We review the latest issues related to refugees, including South Sudanese fleeing to Uganda, an attack on Hazara refugees detained in Australia’s Manus facility and children stranded in migrant camps in Calais, France.

Published on Aug. 15, 2016 Read time Approx. 2 minutes

Thousands Flee From War in South Sudan Into Uganda

Since South Sudan’s peace deal collapsed last month, some 70,000 people have poured over the border into neighboring Uganda.

The rapid influx of refugees is straining the capacity of aid agencies, whose work in the region was already underfunded, humanitarian workers say.
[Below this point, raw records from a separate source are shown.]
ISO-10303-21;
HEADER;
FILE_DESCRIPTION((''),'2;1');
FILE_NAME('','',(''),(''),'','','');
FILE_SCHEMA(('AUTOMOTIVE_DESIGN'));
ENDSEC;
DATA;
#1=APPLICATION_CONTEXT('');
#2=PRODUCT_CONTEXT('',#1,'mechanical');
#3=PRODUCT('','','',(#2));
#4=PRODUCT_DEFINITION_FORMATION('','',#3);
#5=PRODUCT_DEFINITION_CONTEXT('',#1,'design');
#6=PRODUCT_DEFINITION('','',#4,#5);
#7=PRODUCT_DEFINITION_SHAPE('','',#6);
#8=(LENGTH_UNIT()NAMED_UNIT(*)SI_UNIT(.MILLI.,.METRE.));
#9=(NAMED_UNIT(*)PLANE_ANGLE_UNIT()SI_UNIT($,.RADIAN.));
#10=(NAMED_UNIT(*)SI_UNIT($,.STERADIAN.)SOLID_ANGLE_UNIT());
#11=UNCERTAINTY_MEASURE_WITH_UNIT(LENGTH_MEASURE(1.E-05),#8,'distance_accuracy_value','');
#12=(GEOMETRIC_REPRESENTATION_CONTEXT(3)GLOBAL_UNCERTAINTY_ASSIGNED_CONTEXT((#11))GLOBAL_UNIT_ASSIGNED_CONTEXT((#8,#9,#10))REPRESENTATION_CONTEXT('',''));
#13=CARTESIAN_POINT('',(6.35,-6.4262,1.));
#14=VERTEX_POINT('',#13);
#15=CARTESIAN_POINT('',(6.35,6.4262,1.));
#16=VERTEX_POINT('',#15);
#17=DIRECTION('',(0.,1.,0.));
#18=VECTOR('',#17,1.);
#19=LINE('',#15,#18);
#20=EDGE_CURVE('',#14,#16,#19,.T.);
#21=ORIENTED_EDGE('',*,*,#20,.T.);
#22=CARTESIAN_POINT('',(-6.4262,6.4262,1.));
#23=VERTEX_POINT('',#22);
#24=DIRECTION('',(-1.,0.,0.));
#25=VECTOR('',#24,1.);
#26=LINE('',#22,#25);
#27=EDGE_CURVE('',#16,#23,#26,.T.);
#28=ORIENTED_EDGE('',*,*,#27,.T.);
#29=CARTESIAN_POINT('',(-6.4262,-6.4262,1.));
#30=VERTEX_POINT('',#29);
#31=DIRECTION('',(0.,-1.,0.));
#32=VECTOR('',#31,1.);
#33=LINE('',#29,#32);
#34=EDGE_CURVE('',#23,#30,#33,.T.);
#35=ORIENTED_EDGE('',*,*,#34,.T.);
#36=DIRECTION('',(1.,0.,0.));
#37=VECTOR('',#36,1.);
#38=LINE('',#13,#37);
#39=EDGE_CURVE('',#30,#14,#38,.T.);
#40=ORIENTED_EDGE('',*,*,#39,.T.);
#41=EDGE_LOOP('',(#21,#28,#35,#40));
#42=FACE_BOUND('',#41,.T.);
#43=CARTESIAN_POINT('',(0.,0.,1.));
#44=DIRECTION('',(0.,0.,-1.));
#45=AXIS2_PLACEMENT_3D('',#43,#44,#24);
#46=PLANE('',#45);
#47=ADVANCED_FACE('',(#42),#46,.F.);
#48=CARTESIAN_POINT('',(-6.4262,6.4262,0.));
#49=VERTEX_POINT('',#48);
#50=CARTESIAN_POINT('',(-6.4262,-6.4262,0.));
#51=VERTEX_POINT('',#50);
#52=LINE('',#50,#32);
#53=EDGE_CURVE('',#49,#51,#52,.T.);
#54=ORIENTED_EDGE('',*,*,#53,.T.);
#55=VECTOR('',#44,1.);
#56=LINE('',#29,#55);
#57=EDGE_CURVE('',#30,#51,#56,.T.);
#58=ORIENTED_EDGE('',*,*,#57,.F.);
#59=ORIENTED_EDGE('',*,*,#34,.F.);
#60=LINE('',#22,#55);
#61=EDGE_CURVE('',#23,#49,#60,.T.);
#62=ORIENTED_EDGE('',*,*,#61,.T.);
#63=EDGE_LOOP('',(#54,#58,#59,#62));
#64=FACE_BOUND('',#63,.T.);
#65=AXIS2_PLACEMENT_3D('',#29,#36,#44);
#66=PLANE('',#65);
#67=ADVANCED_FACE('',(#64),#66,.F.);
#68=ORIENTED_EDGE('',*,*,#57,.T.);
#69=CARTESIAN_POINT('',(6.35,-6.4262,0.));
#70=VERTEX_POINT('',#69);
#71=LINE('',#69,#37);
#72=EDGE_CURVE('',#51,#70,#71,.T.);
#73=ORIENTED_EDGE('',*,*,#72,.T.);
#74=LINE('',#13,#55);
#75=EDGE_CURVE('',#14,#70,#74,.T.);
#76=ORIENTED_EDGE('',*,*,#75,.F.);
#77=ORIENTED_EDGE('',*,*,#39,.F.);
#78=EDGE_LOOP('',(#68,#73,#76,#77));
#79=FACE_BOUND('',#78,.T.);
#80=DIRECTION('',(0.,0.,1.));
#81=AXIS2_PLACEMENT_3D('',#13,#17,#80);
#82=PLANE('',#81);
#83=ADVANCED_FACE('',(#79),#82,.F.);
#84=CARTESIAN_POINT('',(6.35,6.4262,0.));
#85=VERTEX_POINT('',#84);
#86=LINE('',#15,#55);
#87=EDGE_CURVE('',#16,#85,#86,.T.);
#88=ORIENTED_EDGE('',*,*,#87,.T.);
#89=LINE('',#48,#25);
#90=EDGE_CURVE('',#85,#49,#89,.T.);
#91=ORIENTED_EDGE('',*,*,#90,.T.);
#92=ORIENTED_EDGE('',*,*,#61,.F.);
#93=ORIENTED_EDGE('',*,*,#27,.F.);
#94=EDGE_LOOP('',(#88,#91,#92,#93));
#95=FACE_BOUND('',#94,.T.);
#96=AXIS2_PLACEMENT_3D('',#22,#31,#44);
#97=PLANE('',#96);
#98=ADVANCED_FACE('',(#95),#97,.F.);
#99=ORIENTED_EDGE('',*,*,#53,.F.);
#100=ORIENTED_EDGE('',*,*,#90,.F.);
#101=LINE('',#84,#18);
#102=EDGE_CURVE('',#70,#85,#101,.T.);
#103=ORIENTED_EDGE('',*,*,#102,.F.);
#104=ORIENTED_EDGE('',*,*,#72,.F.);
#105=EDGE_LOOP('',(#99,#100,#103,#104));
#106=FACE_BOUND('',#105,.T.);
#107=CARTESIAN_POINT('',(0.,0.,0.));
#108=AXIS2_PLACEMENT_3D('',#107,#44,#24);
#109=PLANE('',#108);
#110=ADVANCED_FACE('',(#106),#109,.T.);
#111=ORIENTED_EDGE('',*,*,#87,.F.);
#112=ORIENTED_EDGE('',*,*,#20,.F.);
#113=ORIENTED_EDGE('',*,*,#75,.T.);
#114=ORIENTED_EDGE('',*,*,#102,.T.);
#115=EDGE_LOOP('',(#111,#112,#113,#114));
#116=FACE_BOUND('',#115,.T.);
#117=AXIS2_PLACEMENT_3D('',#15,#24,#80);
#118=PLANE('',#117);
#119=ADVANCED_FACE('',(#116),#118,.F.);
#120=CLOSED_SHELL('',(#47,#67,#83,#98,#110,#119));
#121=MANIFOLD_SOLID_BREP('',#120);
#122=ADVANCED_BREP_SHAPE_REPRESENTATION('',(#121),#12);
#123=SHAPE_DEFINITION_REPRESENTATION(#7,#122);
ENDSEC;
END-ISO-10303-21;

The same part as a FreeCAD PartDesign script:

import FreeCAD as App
import Part
import Sketcher
from FreeCAD import Vector
Q = App.Units.Quantity


def add_polygon(sketch, points):
    """Adds a closed chain of lines whose ends are joined by coincident constraints."""
    first, n = sketch.GeometryCount, len(points)
    for a, b in zip(points, points[1:] + points[:1]):
        sketch.addGeometry(Part.LineSegment(App.Vector(*a, 0), App.Vector(*b, 0)), False)
    for i in range(n):
        sketch.addConstraint(Sketcher.Constraint("Coincident", first + i, 2, first + (i + 1) % n, 1))

doc = App.newDocument("Part")
body = doc.addObject("PartDesign::Body", "Body")

# Sketch on XY plane
sketch1 = body.newObject("Sketcher::SketchObject", "Sketch")
sketch1.AttachmentSupport = (doc.getObject("XY_Plane"), [""])
sketch1.MapMode = "FlatFace"
add_polygon(sketch1, [(-6, 6), (-6, -6), (6, -6), (6, 6)])  # lines 0-3
sketch1.addConstraint([
    Sketcher.Constraint("Vertical", 0),
    Sketcher.Constraint("Horizontal", 1),
    Sketcher.Constraint("Vertical", 2),
    Sketcher.Constraint("Horizontal", 3),
    Sketcher.Constraint("DistanceX", 1, 1, 1, 2, Q("0.503 in")),
    Sketcher.Constraint("DistanceY", 0, 2, 0, 1, Q("0.506 in")),
    Sketcher.Constraint("DistanceX", -1, 1, 1, 2, Q("0.25 in")),
    Sketcher.Constraint("DistanceY", 0, 2, -1, 1, Q("0.253 in")),
])
pad1 = body.newObject("PartDesign::Pad", "Pad")
pad1.Profile = sketch1
pad1.Length = 1

doc.recompute()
“In all my career, I’ve never had a situation where we were receiving over 8,000 refugees a day and international media had not picked up on it,” the Lutheran World Federation’s Jesse Kamstra told Voice of America. “No international attention, no additional funds.”
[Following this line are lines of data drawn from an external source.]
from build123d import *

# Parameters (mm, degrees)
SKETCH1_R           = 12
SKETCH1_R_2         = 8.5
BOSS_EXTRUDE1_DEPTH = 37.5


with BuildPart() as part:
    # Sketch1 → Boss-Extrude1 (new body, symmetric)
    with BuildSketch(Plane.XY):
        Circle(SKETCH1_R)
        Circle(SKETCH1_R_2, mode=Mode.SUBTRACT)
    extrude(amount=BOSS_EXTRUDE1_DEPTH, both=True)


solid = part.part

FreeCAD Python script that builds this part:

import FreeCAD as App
import Part
import Sketcher
Q = App.Units.Quantity

doc = App.newDocument("Part")
body = doc.addObject("PartDesign::Body", "Body")

sketch1 = body.newObject("Sketcher::SketchObject", "Sketch")
sketch1.AttachmentSupport = (doc.getObject("XY_Plane"), [""])
sketch1.MapMode = "FlatFace"
sketch1.addGeometry([
    Part.Circle(App.Vector(0, 0, 0), App.Vector(0, 0, 1), 12),
    Part.Circle(App.Vector(0, 0, 0), App.Vector(0, 0, 1), 8),
], False)
sketch1.addConstraint([
    Sketcher.Constraint("Coincident", 0, 3, -1, 1),
    Sketcher.Constraint("Coincident", 1, 3, -1, 1),
    Sketcher.Constraint("Diameter", 0, Q("24 mm")),
    Sketcher.Constraint("Diameter", 1, Q("17 mm")),
])
pad1 = body.newObject("PartDesign::Pad", "Pad")
pad1.Profile = sketch1
pad1.Length = 75
pad1.Midplane = True

doc.recompute()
The refugees are living in poor conditions in overcrowded camps, and the United Nations is concerned about potential disease outbreaks.
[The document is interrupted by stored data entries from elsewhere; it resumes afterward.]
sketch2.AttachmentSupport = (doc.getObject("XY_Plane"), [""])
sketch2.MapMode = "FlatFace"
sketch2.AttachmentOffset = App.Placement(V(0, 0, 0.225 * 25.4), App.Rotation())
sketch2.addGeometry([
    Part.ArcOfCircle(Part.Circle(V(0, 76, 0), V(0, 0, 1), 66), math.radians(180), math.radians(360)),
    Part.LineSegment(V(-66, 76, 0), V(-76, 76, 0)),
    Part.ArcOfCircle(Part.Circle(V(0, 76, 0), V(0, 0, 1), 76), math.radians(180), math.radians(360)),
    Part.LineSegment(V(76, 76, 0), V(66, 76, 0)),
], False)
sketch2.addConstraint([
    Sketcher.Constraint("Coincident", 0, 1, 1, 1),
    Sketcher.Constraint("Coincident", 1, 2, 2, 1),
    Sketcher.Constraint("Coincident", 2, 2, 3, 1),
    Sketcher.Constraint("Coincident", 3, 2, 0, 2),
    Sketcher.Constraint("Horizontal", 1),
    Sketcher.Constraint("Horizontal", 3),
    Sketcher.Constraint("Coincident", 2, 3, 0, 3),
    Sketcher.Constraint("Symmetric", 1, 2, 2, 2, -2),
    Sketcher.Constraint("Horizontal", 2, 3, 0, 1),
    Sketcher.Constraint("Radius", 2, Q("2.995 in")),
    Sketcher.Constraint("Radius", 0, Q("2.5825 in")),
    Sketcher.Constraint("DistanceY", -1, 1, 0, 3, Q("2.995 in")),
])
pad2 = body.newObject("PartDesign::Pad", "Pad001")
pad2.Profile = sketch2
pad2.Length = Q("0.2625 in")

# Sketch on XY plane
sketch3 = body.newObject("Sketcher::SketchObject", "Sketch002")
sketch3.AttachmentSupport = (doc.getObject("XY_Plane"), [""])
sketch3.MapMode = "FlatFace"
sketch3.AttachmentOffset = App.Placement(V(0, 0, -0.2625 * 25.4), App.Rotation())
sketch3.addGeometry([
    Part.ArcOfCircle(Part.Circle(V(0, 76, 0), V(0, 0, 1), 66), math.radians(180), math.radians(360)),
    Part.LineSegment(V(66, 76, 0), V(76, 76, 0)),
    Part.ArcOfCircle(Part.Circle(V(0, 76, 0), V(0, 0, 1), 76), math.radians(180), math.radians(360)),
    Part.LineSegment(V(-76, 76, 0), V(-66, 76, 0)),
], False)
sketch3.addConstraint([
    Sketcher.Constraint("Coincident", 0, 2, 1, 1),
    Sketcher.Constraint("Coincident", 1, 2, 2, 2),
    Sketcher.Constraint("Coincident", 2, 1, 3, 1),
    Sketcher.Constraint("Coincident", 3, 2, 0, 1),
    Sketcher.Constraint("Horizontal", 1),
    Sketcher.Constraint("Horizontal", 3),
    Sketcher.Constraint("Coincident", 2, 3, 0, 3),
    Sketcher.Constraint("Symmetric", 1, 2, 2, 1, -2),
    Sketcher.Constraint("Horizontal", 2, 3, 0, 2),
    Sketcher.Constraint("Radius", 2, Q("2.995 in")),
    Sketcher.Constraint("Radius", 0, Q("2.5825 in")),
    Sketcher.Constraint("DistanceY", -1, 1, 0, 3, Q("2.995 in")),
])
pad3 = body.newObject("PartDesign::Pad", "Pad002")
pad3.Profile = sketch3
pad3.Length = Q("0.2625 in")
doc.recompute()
Uganda has one of the largest refugee populations in the world – half a million refugees already live in the country.

South Sudan’s two-year civil war reignited in early July. Refugees arriving in Uganda told U.N. officials of a renewed wave of killings, sexual violence and child abductions.

Aid groups expect a further 80,000 South Sudanese to reach Uganda by the end of the year.

Refugees Detained in Australian Offshore Center Attacked by Locals

Two refugees detained in an Australian-run facility on Manus island, Papua New Guinea, were violently attacked by a group of local men last week, a human rights group said.

The two men were surrounded, robbed and beaten with an iron bar on August 10, according to human rights lawyer Daniel Webb and freelance photojournalist Matthew Abbott, who captured the aftermath of the attack.

The men are members of Afghanistan’s persecuted Hazara minority. Refugees who try to enter Australia by boat are detained and barred from resettlement in Australia.

News of the incident came days after the Guardian newspaper published more than 2,000 leaked documents detailing abuse at Australia’s other detention facility, on Nauru island.

Advocacy groups say local hostility toward refugees in Manus has increased since Papua New Guinea’s supreme court ruling in April that the detention center was illegal, leaving the detainees in legal limbo.

Child Refugees Promised Entry to U.K. Stranded In Calais

Refugee children who have a legal right to come to the U.K. have been left stranded in migrant camps in northern France, British opposition politician Yvette Cooper says.

More than 200 children living in the camps in Calais should be reunited with their families in Britain under the European Union’s Dublin regulation, but the U.K. has only admitted 40 of them.

A further 200 children in Calais should be admitted to the U.K. under Britain’s Dubs amendment on unaccompanied child refugees, but only 30 children have been accepted since May.

“At the current rate of progress it would take over a year to reunite every child with their family,” Cooper wrote in a letter to Britain’s home scretary.

“With each day that goes by these children and teenagers are at continued risk of abuse, sexual exploitation, trafficking, psychological trauma and disease in the Calais camp.”